In recent times, Luo and co-workers49b have carried out excellent work by trying to elucidate the mechanism of M–phosphate ion superstructure formation with the help of several spectroscopic and crystallographic techniques and they have shown that the gelation process is highly pH dependent. Changes in pH dramatically influence the molar ratio of M to melaminium (HM+) ion and this subsequently affects the synergistic nature of hydrogen bonding patterns, electrostatic and π–π stacking interactions, resulting in the reversibility of the aggregation and dissolution process. The mechanism of the pH-induced aggregation reaction between M and phosphate is proposed as follows:
M + H+ ↔ HM+ |
HM+ + M + H2PO4− ↔ HM+·M·H2PO4− |
HM+·M·H2PO4− ↔ 2HM+·HPO42− |
They have established the composition of M–phosphate aggregate as 2[HM+]·[HPO42−]·3H2O and the aggregation reaction is very much pH dependent.

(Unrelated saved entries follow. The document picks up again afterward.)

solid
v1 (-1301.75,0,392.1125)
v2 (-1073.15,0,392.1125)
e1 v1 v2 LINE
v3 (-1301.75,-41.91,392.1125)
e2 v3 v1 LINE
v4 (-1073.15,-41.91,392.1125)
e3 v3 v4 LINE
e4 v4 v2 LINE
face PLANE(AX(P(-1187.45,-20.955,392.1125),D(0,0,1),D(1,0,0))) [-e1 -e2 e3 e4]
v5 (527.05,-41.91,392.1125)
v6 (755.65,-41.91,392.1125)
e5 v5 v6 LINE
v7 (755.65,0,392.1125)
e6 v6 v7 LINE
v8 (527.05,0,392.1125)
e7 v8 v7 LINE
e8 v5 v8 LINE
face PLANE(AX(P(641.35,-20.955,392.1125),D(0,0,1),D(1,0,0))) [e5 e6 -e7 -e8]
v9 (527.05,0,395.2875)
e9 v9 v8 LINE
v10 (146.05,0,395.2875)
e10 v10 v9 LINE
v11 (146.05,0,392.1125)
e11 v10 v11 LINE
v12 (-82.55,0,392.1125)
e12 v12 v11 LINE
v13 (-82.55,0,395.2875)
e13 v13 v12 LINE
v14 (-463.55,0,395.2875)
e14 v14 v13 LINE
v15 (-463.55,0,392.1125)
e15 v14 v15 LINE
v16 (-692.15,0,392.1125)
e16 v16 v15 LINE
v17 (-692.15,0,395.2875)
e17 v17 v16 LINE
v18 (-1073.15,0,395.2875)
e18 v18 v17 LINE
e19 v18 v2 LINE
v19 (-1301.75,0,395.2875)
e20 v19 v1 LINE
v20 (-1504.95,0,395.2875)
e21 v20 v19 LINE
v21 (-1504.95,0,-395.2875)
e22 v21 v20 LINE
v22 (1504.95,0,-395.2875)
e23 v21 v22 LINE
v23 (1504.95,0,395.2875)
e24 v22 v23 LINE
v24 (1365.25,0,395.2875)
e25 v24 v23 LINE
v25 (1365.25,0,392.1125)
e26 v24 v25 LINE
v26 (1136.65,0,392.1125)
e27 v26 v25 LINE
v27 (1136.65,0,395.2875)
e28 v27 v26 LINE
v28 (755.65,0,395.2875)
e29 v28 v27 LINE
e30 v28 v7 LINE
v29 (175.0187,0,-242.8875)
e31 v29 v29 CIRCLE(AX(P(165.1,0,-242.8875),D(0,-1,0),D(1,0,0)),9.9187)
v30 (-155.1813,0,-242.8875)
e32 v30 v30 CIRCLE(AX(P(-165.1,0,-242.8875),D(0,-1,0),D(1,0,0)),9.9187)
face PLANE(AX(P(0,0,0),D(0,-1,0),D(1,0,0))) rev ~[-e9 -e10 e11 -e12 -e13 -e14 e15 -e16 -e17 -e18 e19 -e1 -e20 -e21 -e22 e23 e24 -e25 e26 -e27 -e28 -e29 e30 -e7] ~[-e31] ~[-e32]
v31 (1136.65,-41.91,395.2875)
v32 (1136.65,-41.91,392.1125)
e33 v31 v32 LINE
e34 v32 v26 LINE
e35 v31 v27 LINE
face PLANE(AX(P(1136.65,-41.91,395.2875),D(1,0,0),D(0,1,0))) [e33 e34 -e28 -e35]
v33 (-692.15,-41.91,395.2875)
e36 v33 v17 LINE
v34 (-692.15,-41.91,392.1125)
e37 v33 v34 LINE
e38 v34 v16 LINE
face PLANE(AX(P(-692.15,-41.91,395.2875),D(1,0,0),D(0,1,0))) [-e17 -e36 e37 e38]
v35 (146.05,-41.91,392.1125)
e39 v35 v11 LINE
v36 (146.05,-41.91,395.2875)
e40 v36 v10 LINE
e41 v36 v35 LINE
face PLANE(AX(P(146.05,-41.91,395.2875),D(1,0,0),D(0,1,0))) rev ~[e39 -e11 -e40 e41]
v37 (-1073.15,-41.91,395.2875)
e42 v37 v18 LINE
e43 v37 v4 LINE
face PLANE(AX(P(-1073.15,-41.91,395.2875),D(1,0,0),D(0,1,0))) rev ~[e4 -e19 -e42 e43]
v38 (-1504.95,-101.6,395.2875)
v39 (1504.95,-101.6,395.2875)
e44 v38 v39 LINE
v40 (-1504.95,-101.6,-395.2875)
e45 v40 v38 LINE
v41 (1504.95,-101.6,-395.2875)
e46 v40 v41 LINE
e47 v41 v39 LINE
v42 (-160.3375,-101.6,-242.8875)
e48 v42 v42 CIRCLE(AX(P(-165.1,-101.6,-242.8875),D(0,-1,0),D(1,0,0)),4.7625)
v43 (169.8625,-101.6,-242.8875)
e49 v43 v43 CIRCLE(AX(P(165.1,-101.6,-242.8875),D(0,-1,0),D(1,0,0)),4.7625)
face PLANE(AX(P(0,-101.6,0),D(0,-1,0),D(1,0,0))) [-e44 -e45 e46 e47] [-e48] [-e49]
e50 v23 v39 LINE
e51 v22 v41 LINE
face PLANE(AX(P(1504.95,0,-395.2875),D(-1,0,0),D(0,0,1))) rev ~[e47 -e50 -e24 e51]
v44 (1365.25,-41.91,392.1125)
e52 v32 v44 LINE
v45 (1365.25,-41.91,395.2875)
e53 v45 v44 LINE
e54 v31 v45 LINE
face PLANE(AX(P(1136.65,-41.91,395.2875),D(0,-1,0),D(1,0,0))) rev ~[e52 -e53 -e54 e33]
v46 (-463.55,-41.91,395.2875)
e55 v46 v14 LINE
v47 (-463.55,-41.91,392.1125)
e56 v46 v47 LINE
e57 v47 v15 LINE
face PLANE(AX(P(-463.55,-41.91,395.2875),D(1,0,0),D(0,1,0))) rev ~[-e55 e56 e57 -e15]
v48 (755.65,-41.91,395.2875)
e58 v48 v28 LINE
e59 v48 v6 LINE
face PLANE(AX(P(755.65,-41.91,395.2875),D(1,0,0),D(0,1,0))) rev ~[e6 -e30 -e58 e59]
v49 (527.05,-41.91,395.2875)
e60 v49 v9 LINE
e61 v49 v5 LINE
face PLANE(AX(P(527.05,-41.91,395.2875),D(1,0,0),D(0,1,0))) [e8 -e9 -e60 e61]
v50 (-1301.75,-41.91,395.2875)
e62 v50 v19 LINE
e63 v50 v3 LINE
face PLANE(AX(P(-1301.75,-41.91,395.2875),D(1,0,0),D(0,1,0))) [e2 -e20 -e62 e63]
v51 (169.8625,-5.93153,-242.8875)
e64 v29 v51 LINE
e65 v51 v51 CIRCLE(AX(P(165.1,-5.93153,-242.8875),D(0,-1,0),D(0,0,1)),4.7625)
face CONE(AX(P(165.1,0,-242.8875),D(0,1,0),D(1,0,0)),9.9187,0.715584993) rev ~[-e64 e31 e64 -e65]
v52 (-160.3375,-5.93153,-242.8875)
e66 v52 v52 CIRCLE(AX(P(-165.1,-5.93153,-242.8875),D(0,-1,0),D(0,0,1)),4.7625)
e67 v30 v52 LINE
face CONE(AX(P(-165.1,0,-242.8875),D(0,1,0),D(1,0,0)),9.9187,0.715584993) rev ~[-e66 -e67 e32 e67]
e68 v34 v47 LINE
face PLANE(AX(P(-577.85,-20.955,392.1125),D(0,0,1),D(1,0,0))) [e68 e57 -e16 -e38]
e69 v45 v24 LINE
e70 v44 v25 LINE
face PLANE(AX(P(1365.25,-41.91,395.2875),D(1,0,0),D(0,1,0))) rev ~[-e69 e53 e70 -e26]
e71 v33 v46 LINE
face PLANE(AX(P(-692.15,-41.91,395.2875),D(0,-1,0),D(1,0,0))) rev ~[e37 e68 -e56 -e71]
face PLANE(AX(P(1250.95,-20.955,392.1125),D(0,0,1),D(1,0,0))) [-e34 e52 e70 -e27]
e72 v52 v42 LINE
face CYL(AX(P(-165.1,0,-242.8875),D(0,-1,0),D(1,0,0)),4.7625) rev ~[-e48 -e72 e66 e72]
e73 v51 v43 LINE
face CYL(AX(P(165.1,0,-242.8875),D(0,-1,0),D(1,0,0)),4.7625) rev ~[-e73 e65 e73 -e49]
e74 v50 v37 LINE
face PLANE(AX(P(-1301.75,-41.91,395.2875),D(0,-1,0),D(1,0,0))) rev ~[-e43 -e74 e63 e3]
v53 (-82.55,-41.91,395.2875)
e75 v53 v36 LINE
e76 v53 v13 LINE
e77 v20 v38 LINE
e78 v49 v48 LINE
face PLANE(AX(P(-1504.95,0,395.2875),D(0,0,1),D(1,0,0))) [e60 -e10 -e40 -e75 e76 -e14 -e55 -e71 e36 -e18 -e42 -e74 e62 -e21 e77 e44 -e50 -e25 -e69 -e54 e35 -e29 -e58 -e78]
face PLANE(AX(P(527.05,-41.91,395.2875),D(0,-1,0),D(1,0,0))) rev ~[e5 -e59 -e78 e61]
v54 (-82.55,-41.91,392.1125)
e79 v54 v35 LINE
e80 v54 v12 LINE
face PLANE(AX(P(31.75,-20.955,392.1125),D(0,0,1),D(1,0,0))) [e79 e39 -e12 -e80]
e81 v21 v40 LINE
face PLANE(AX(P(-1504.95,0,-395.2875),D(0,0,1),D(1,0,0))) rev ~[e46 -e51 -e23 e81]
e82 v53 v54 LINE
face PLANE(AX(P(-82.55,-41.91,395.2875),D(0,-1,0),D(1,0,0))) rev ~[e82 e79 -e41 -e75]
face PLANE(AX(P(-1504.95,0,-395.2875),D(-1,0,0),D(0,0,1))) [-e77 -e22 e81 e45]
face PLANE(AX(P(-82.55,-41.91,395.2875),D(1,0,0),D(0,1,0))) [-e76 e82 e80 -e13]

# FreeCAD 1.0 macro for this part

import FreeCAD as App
import Part
import Sketcher

V = App.Vector
Q = App.Units.Quantity


def add_polygon(sketch, points):
    """Adds a closed chain of lines whose ends are joined by coincident constraints."""
    first, n = sketch.GeometryCount, len(points)
    for a, b in zip(points, points[1:] + points[:1]):
        sketch.addGeometry(Part.LineSegment(App.Vector(*a, 0), App.Vector(*b, 0)), False)
    for i in range(n):
        sketch.addConstraint(Sketcher.Constraint("Coincident", first + i, 2, first + (i + 1) % n, 1))

doc = App.newDocument("Part")
body = doc.addObject("PartDesign::Body", "Body")

# Sketch on XZ plane
sketch1 = body.newObject("Sketcher::SketchObject", "Sketch")
sketch1.AttachmentSupport = (doc.getObject("XZ_Plane"), [""])
sketch1.MapMode = "FlatFace"
add_polygon(sketch1, [(-1505, 395), (-1505, -395), (1505, -395), (1505, 395)])  # lines 0-3
sketch1.addConstraint([
    Sketcher.Constraint("Vertical", 0),
    Sketcher.Constraint("Horizontal", 1),
    Sketcher.Constraint("Vertical", 2),
    Sketcher.Constraint("Horizontal", 3),
    Sketcher.Constraint("Symmetric", 0, 2, 2, 2, -1, 1),
    Sketcher.Constraint("DistanceX", 1, 1, 1, 2, Q("118.5 in")),
    Sketcher.Constraint("DistanceY", 0, 2, 0, 1, Q("31.125 in")),
])
pad1 = body.newObject("PartDesign::Pad", "Pad")
pad1.Profile = sketch1
pad1.Length = Q("4 in")

# Sketch on XY plane
sketch2 = body.newObject("Sketcher::SketchObject", "Sketch001")
sketch2.AttachmentSupport = (doc.getObject("XY_Plane"), [""])
sketch2.MapMode = "FlatFace"
sketch2.AttachmentOffset = App.Placement(V(0, 0, 15.5625 * 25.4), App.Rotation())
add_polygon(sketch2, [(-1302, 0), (-1302, -42), (-1073, -42), (-1073, 0)])  # lines 0-3
add_polygon(sketch2, [(-692, 0), (-692, -42), (-464, -42), (-464, 0)])  # lines 4-7
add_polygon(sketch2, [(-83, 0), (-83, -42), (146, -42), (146, 0)])  # lines 8-11
add_polygon(sketch2, [(527, 0), (527, -42), (756, -42), (756, 0)])  # lines 12-15
add_polygon(sketch2, [(1137, 0), (1137, -42), (1365, -42), (1365, 0)])  # lines 16-19
sketch2.addConstraint([
    Sketcher.Constraint("Vertical", 0),
    Sketcher.Constraint("Horizontal", 1),
    Sketcher.Constraint("Vertical", 2),
    Sketcher.Constraint("Horizontal", 3),
    Sketcher.Constraint("Vertical", 4),
    Sketcher.Constraint("Horizontal", 5),
    Sketcher.Constraint("Vertical", 6),
    Sketcher.Constraint("Horizontal", 7),
    Sketcher.Constraint("Vertical", 8),
    Sketcher.Constraint("Horizontal", 9),
    Sketcher.Constraint("Vertical", 10),
    Sketcher.Constraint("Horizontal", 11),
    Sketcher.Constraint("Vertical", 12),
    Sketcher.Constraint("Horizontal", 13),
    Sketcher.Constraint("Vertical", 14),
    Sketcher.Constraint("Horizontal", 15),
    Sketcher.Constraint("Vertical", 16),
    Sketcher.Constraint("Horizontal", 17),
    Sketcher.Constraint("Vertical", 18),
    Sketcher.Constraint("Horizontal", 19),
    Sketcher.Constraint("PointOnObject", 2, 2, -1),
    Sketcher.Constraint("PointOnObject", 6, 2, -1),
    Sketcher.Constraint("PointOnObject", 10, 2, -1),
    Sketcher.Constraint("PointOnObject", 14, 2, -1),
    Sketcher.Constraint("PointOnObject", 18, 2, -1),
    Sketcher.Constraint("Horizontal", 1, 2, 4, 2),
    Sketcher.Constraint("Horizontal", 5, 2, 8, 2),
    Sketcher.Constraint("Horizontal", 9, 2, 12, 2),
    Sketcher.Constraint("Horizontal", 13, 2, 16, 2),
    Sketcher.Constraint("Equal", 3, 5),
    Sketcher.Constraint("Equal", 7, 9),
    Sketcher.Constraint("Equal", 11, 13),
    Sketcher.Constraint("Equal", 15, 17),
    Sketcher.Constraint("DistanceX", 1, 1, 1, 2, Q("9 in")),
    Sketcher.Constraint("DistanceX", 1, 2, 4, 2, Q("15 in")),
    Sketcher.Constraint("DistanceX", 5, 2, 8, 2, Q("15 in")),
    Sketcher.Constraint("DistanceX", 9, 2, 12, 2, Q("15 in")),
    Sketcher.Constraint("DistanceX", 13, 2, 16, 2, Q("15 in")),
    Sketcher.Constraint("DistanceY", 0, 2, 0, 1, Q("1.65 in")),
    Sketcher.Constraint("DistanceX", 0, 2, -1, 1, Q("51.25 in")),
])
pocket1 = body.newObject("PartDesign::Pocket", "Pocket")
pocket1.Profile = sketch2
pocket1.Length = Q("0.125 in")

# Sketch on XZ plane
sketch3 = body.newObject("Sketcher::SketchObject", "Sketch002")
sketch3.AttachmentSupport = (doc.getObject("XZ_Plane"), [""])
sketch3.MapMode = "FlatFace"
sketch3.addGeometry([
    Part.Circle(V(165.1, -242.9, 0), V(0, 0, 1), 4.8),
    Part.Circle(V(-165.1, -242.9, 0), V(0, 0, 1), 4.8),
], False)
sketch3.addConstraint([
    Sketcher.Constraint("Equal", 0, 1),
    Sketcher.Constraint("Symmetric", 0, 3, 1, 3, -2),
    Sketcher.Constraint("Diameter", 0, Q("0.375 in")),
    Sketcher.Constraint("DistanceX", 1, 3, 0, 3, Q("13 in")),
    Sketcher.Constraint("DistanceY", 0, 3, -1, 1, Q("9.5625 in")),
])
doc.recompute()
hole = body.newObject("PartDesign::Hole", "Hole")
hole.Profile = sketch3
hole.ThreadType = "None"
hole.Diameter = Q("0.375 in")
hole.DepthType = "ThroughAll"
hole.HoleCutType = "Countersink"
hole.HoleCutDiameter = Q("0.781 in")
hole.HoleCutCountersinkAngle = 82
hole.Reversed = True

doc.recompute()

In an interesting work, Song and co-workers have assessed the interaction of ionic groups (using phosphate) with M by demonstrating the Flory–Huggins interaction parameter as a model to predict the gelation behavior of a known gelator in a range of untested solvents.49c There is one report, in which Fan and co-workers have followed the previously reported Flory–Huggins interaction theory, and they have applied it for the same gelator system in water (insoluble) methanol (soluble) system.49d
So far, M acts as a good supramolecular synthon for gel preparation, and, for the first time, our research group has reported a silver-coordinated M metallogel.50a In aqueous medium, addition of a quantitative amount of AgNO3 to M produces a thermoreversible and responsive Ag(I)-coordinated metallogel. The N-atoms in the triazine ring are excellent coordinate sites for metal atoms. Ag(I) coordinates with M molecules through N-atoms forming either a linear or a bent geometry around the Ag(I) ion. A Ag(I)–M composition at 1:
2 molar ratio produces a stable AgM12 gel which is composed of a helical fibrillar network. However, a 1
:
1 composition (AgM11) produces a metastable gel which, on aging, gradually converts into gel crystals in the form of precipitate at the bottom of the gel tube. We studied the stability contrast of AgM11 and AgM12 gels, guided by their respective crystal structures.50b,c The AgM12 complex consists of alternating bilayer structures with extensive H-bonding.50c Ag(I) metal remains perfectly linearly coordinated with the nitrogen atoms of two triazine rings and NO3− remains sandwiched between two planes through N–H–O hydrogen bond formation. This bilayer structure can grow longitudinally by H-bonding and laterally it grows through Ag coordination and π–π stacking (Fig. 31). The fibers grow in the direction of H-bond and the AgM12 complex is both kinetically and thermodynamically stable. The helicity of the fibers, as evident from the SEM and AFM images, is attributed to the chiral symmetry breaking, as has been observed in the coordination polymer gel of Ag(I) and imidazole derivatives.50d,e In the AgM11 system, Ag(I) metal centre coordinates two nitrogen atoms of two different triazine rings, not in a linear fashion as in AgM12, but bent with a N–Ag–N bond angle of 127°.50b This bent N–Ag–N bonding is involved in the lateral growth, and the fiber growth is assisted through H-bonding with other M molecules. The bending nature causes lower stability in the system by disturbing the H-bonds. During gelation, rapid cooling produces kinetically controlled fibers, but, on aging at room temperature (30 °C), more lateral growth of the crystal occurs by mere Ag(I) coordination and π–π stacking, causing breakage of the longitudinally strained fibers.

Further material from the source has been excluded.